# Mexican bike show



## manuelvilla (Oct 14, 2017)

Hello all cabers...want to share my mexican event here in my place....we take around 200 bikes but we have many more tha will be take to the next annual show in other place next month.....we love bikes i hope you like our bikes.....


----------



## Jrodarod (Oct 14, 2017)

Nice show Mr Villa!


----------



## manuelvilla (Oct 14, 2017)

Jrodarod said:


> Nice show Mr Villa!



Thank youuuuu...we had a great day...we did know new friends and trade many goodies...we are gonna have a great national swap next month...we hope get more than 300 beautiful bikes.....we love them....here in mexico are many great collectors...some guy i know has morw than 100 by himself all of great quality...i have 18 bikes...some goods ones as schwinn motorbike..elgin twinbar..elgin cardinal...mercury pacemaker...phantom...some raleighs and hornet....new world and wards....love all


----------



## Robertriley (Oct 14, 2017)

Great turnout.  


manuelvilla said:


> Thank youuuuu...we had a great day...we did know new friends and trade many goodies...we are gonna have a great national swap next month...we hope get more than 300 beautiful bikes.....we love them....here in mexico are many great collectors...some guy i know has morw than 100 by himself all of great quality...i have 18 bikes...some goods ones as schwinn motorbike..elgin twinbar..elgin cardinal...mercury pacemaker...phantom...some raleighs and hornet....new world and wards....love all



You should try to make it to the Cyclone Coasters Swap Meet.  My friend Israel Gonzales is coming up from Mexico City.


----------



## bicycle larry (Oct 15, 2017)

manuelvilla said:


> Hello all cabers...want to share my mexican event here in my place....we take around 200 bikes but we have many more tha will be take to the next annual show in other place next month.....we love bikes i hope you like our bikes.....View attachment 692352 View attachment 692353 View attachment 692354 View attachment 692355 View attachment 692356 View attachment 692357
> 
> View attachment 692358
> 
> ...



thanks for all the pictures , there great , I like pictures of all the diffent bikes and yes the parts . well done !!! from bicycle larry


----------



## manuelvilla (Oct 15, 2017)

Robertriley said:


> Great turnout.
> 
> You should try to make it to the Cyclone Coasters Swap Meet.  My friend Israel Gonzales is coming up from Mexico City.

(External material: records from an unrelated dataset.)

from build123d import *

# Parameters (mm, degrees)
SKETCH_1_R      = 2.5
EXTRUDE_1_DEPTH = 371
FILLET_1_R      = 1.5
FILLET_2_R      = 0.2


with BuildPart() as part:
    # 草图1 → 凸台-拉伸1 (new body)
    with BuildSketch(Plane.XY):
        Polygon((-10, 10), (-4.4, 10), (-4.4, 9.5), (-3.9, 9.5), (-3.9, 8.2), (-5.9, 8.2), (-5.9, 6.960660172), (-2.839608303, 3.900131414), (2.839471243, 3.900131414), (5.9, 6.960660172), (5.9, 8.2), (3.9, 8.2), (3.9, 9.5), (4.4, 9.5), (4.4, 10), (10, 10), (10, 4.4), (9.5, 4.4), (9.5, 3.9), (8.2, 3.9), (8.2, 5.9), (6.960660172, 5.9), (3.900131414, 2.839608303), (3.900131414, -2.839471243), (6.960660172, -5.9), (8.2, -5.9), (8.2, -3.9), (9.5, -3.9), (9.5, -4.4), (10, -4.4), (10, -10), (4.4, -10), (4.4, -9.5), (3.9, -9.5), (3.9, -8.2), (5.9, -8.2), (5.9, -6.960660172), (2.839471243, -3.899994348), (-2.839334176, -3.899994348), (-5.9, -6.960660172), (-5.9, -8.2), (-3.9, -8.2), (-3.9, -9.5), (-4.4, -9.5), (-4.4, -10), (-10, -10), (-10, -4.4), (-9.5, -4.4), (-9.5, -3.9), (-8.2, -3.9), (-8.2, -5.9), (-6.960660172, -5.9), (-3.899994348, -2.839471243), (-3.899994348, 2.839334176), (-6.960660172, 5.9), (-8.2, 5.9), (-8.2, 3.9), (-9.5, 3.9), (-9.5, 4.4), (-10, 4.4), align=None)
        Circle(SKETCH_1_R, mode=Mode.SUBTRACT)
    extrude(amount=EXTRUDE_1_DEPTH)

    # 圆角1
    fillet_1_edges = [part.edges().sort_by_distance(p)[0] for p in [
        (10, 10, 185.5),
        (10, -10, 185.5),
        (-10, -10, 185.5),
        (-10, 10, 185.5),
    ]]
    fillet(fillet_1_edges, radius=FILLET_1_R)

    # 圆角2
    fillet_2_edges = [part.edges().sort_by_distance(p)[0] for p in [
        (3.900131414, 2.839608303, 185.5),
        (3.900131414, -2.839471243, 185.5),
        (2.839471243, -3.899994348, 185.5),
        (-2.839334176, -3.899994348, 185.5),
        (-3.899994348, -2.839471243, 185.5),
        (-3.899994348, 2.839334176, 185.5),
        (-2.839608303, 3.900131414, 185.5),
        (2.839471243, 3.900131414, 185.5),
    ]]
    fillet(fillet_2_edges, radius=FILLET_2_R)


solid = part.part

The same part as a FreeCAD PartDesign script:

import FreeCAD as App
import Part
import Sketcher

V = App.Vector
Q = App.Units.Quantity


def edges_at(feature, points):
    """Names of the edges that pass closest to the given points."""
    edges = feature.Shape.Edges
    near = lambda p: min(range(len(edges)), key=lambda i: edges[i].distToShape(Part.Vertex(*p))[0])
    return sorted({f"Edge{near(p) + 1}" for p in points})

doc = App.newDocument("Part")
body = doc.addObject("PartDesign::Body", "Body")

sketch1 = doc.addObject("Sketcher::SketchObject", "Sketch")
body.addObject(sketch1)
sketch1.AttachmentSupport = (doc.XY_Plane, [""])
sketch1.MapMode = "FlatFace"
sketch1.addGeometry([
    Part.LineSegment(V(-4.4, 10, 0), V(-10, 10, 0)),
    Part.LineSegment(V(-10, 10, 0), V(-10, 4.4, 0)),
    Part.LineSegment(V(-10, 4.4, 0), V(-9.5, 4.4, 0)),
    Part.LineSegment(V(-9.5, 4.4, 0), V(-9.5, 3.9, 0)),
    Part.LineSegment(V(-9.5, 3.9, 0), V(-8.2, 3.9, 0)),
    Part.LineSegment(V(-8.2, 3.9, 0), V(-8.2, 5.9, 0)),
    Part.LineSegment(V(-8.2, 5.9, 0), V(-7, 5.9, 0)),
    Part.LineSegment(V(-7, 5.9, 0), V(-3.9, 2.8, 0)),
    Part.LineSegment(V(-3.9, 2.8, 0), V(-3.9, -2.8, 0)),
    Part.LineSegment(V(-3.9, -2.8, 0), V(-7, -5.9, 0)),
    Part.LineSegment(V(-7, -5.9, 0), V(-8.2, -5.9, 0)),
    Part.LineSegment(V(-8.2, -5.9, 0), V(-8.2, -3.9, 0)),
    Part.LineSegment(V(-8.2, -3.9, 0), V(-9.5, -3.9, 0)),
    Part.LineSegment(V(-9.5, -3.9, 0), V(-9.5, -4.4, 0)),
    Part.LineSegment(V(-9.5, -4.4, 0), V(-10, -4.4, 0)),
    Part.LineSegment(V(-10, -4.4, 0), V(-10, -10, 0)),
    Part.LineSegment(V(-10, -10, 0), V(-4.4, -10, 0)),
    Part.LineSegment(V(-4.4, -10, 0), V(-4.4, -9.5, 0)),
    Part.LineSegment(V(-4.4, -9.5, 0), V(-3.9, -9.5, 0)),
    Part.LineSegment(V(-3.9, -9.5, 0), V(-3.9, -8.2, 0)),
    Part.LineSegment(V(-3.9, -8.2, 0), V(-5.9, -8.2, 0)),
    Part.LineSegment(V(-5.9, -8.2, 0), V(-5.9, -7, 0)),
    Part.LineSegment(V(-5.9, -7, 0), V(-2.8, -3.9, 0)),
    Part.LineSegment(V(-2.8, -3.9, 0), V(2.8, -3.9, 0)),
    Part.LineSegment(V(2.8, -3.9, 0), V(5.9, -7, 0)),
    Part.LineSegment(V(5.9, -7, 0), V(5.9, -8.2, 0)),
    Part.LineSegment(V(5.9, -8.2, 0), V(3.9, -8.2, 0)),
    Part.LineSegment(V(3.9, -8.2, 0), V(3.9, -9.5, 0)),
    Part.LineSegment(V(3.9, -9.5, 0), V(4.4, -9.5, 0)),
    Part.LineSegment(V(4.4, -9.5, 0), V(4.4, -10, 0)),
    Part.LineSegment(V(4.4, -10, 0), V(10, -10, 0)),
    Part.LineSegment(V(10, -10, 0), V(10, -4.4, 0)),
    Part.LineSegment(V(10, -4.4, 0), V(9.5, -4.4, 0)),
    Part.LineSegment(V(9.5, -4.4, 0), V(9.5, -3.9, 0)),
    Part.LineSegment(V(9.5, -3.9, 0), V(8.2, -3.9, 0)),
    Part.LineSegment(V(8.2, -3.9, 0), V(8.2, -5.9, 0)),
    Part.LineSegment(V(8.2, -5.9, 0), V(7, -5.9, 0)),
    Part.LineSegment(V(7, -5.9, 0), V(3.9, -2.8, 0)),
    Part.LineSegment(V(3.9, -2.8, 0), V(3.9, 2.8, 0)),
    Part.LineSegment(V(3.9, 2.8, 0), V(7, 5.9, 0)),
    Part.LineSegment(V(7, 5.9, 0), V(8.2, 5.9, 0)),
    Part.LineSegment(V(8.2, 5.9, 0), V(8.2, 3.9, 0)),
    Part.LineSegment(V(8.2, 3.9, 0), V(9.5, 3.9, 0)),
    Part.LineSegment(V(9.5, 3.9, 0), V(9.5, 4.4, 0)),
    Part.LineSegment(V(9.5, 4.4, 0), V(10, 4.4, 0)),
    Part.LineSegment(V(10, 4.4, 0), V(10, 10, 0)),
    Part.LineSegment(V(10, 10, 0), V(4.4, 10, 0)),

Hello.....chris.....israel was here at eveny and today i will see him in a street market of antiques....i will say hello....thank you buddy


----------



## barneyguey (Oct 15, 2017)

manuelvilla said:


> Thank youuuuu...we had a great day...we did know new friends and trade many goodies...we are gonna have a great national swap next month...we hope get more than 300 beautiful bikes.....we love them....here in mexico are many great collectors...some guy i know has morw than 100 by himself all of great quality...i have 18 bikes...some goods ones as schwinn motorbike..elgin twinbar..elgin cardinal...mercury pacemaker...phantom...some raleighs and hornet....new world and wards....love all



Have you ever seen a Euzkadi Schwinn there in Mexico? Barry


----------



## manuelvilla (Oct 15, 2017)

barnyguey said:


> Have you ever seen a Euzkadi Schwinn there in Mexico? Barry
> View attachment 692648



I have seen a couple of them but really i dont know what they are.....franky badge???


----------



## bobcycles (Oct 15, 2017)

manuelvilla said:


> I have seen a couple of them but really i dont know what they are.....franky badge???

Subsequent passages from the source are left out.